REQUIRED ACTION: Please retype the material beneath this task exactly, starting with its first line and finishing with the line containing "# 草图3 → 凸台-拉伸2".
(EXTRACTED DATA begins)
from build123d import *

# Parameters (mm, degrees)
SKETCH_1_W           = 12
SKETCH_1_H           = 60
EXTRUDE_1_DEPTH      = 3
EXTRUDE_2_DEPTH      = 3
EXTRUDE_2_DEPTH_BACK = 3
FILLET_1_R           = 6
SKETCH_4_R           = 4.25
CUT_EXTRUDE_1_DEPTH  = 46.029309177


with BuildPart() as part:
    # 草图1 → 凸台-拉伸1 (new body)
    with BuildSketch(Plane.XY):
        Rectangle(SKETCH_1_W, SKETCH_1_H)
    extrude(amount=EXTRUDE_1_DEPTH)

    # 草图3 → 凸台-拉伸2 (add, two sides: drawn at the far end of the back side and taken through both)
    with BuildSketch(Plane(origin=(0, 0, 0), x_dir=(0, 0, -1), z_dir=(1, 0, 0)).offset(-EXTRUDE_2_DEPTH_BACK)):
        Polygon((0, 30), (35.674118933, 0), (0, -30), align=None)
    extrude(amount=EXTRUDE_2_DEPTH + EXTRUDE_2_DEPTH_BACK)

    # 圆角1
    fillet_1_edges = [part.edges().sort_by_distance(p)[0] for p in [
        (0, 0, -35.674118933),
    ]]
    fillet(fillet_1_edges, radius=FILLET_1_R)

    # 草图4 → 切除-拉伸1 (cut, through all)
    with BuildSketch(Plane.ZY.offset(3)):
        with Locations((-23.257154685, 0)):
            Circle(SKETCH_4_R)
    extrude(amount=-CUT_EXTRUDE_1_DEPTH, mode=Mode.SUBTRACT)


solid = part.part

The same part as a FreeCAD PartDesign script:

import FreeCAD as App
import Part
import Sketcher
Q = App.Units.Quantity


def edges_at(feature, points):
    """Names of the edges that pass closest to the given points."""
    edges = feature.Shape.Edges
    near = lambda p: min(range(len(edges)), key=lambda i: edges[i].distToShape(Part.Vertex(*p))[0])
    return sorted({f"Edge{near(p) + 1}" for p in points})

doc = App.newDocument("Part")
body = doc.addObject("PartDesign::Body", "Body")

sketch1 = body.newObject("Sketcher::SketchObject", "Sketch")
sketch1.AttachmentSupport = (doc.getObject("XY_Plane"), [""])
sketch1.MapMode = "FlatFace"
sketch1.addGeometry([
    Part.LineSegment(App.Vector(-6, 30, 0), App.Vector(-6, -30, 0)),
    Part.LineSegment(App.Vector(-6, -30, 0), App.Vector(6, -30, 0)),
    Part.LineSegment(App.Vector(6, -30, 0), App.Vector(6, 30, 0)),
    Part.LineSegment(App.Vector(6, 30, 0), App.Vector(-6, 30, 0)),
], False)
sketch1.addConstraint([
    Sketcher.Constraint("Coincident", 0, 2, 1, 1),
    Sketcher.Constraint("Coincident", 1, 2, 2, 1),
    Sketcher.Constraint("Coincident", 2, 2, 3, 1),
    Sketcher.Constraint("Coincident", 3, 2, 0, 1),
    Sketcher.Constraint("Vertical", 0),
    Sketcher.Constraint("Horizontal", 1),
    Sketcher.Constraint("Vertical", 2),
    Sketcher.Constraint("Horizontal", 3),
    Sketcher.Constraint("Symmetric", 0, 2, 2, 2, -1, 1),
    Sketcher.Constraint("DistanceX", 1, 1, 1, 2, Q("12 mm")),
    Sketcher.Constraint("DistanceY", 0, 2, 0, 1, Q("60 mm")),
])
pad1 = body.newObject("PartDesign::Pad", "Pad")
pad1.Profile = sketch1
pad1.Length = 3

sketch2 = body.newObject("Sketcher::SketchObject", "Sketch001")
sketch2.AttachmentSupport = (doc.getObject("YZ_Plane"), [""])
sketch2.MapMode = "FlatFace"
sketch2.addGeometry([
    Part.LineSegment(App.Vector(0, -35.674119, 0), App.Vector(30, 0, 0)),
    Part.LineSegment(App.Vector(30, 0, 0), App.Vector(-30, 0, 0)),
    Part.LineSegment(App.Vector(-30, 0, 0), App.Vector(0, -35.674119, 0)),
], False)
sketch2.addConstraint([
    Sketcher.Constraint("Coincident", 0, 2, 1, 1),
    Sketcher.Constraint("Coincident", 1, 2, 2, 1),
    Sketcher.Constraint("Coincident", 2, 2, 0, 1),
    Sketcher.Constraint("Horizontal", 1),
    Sketcher.Constraint("Symmetric", 0, 2, 1, 2, -1, 1),
    Sketcher.Constraint("PointOnObject", 2, 2, -2),
    Sketcher.Constraint("DistanceX", 1, 2, 1, 1, Q("60 mm")),
    Sketcher.Constraint("DistanceY", 2, 2, -1, 1, Q("35.674119 mm")),
])
pad2 = body.newObject("PartDesign::Pad", "Pad001")
pad2.Profile = sketch2
pad2.Type = "TwoLengths"
pad2.Length = 3
pad2.Length2 = 3
doc.recompute()

fillet = body.newObject("PartDesign::Fillet", "Fillet")
fillet.Base = (pad2, edges_at(pad2, [(0, 0, -35.674)]))
fillet.Radius = 6

sketch3 = body.newObject("Sketcher::SketchObject", "Sketch002")
sketch3.AttachmentSupport = (doc.getObject("YZ_Plane"), [""])
sketch3.MapMode = "FlatFace"
sketch3.AttachmentOffset = App.Placement(App.Vector(0, 0, -3), App.Rotation())
sketch3.addGeometry(Part.Circle(App.Vector(0, -23.257155, 0), App.Vector(0, 0, 1), 4.25), False)
sketch3.addConstraint([
    Sketcher.Constraint("PointOnObject", 0, 3, -2),
    Sketcher.Constraint("Diameter", 0, Q("8.5 mm")),
    Sketcher.Constraint("DistanceY", 0, 3, -1, 1, Q("23.257155 mm")),
])
pocket1 = body.newObject("PartDesign::Pocket", "Pocket")
pocket1.Profile = sketch3
pocket1.Type = "ThroughAll"
pocket1.Reversed = True

doc.recompute()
(EXTRACTED DATA ends)
TASK ANSWER:
from build123d import *

# Parameters (mm, degrees)
SKETCH_1_W           = 12
SKETCH_1_H           = 60
EXTRUDE_1_DEPTH      = 3
EXTRUDE_2_DEPTH      = 3
EXTRUDE_2_DEPTH_BACK = 3
FILLET_1_R           = 6
SKETCH_4_R           = 4.25
CUT_EXTRUDE_1_DEPTH  = 46.029309177


with BuildPart() as part:
    # 草图1 → 凸台-拉伸1 (new body)
    with BuildSketch(Plane.XY):
        Rectangle(SKETCH_1_W, SKETCH_1_H)
    extrude(amount=EXTRUDE_1_DEPTH)

    # 草图3 → 凸台-拉伸2 (add, two sides: drawn at the far end of the back side and taken through both)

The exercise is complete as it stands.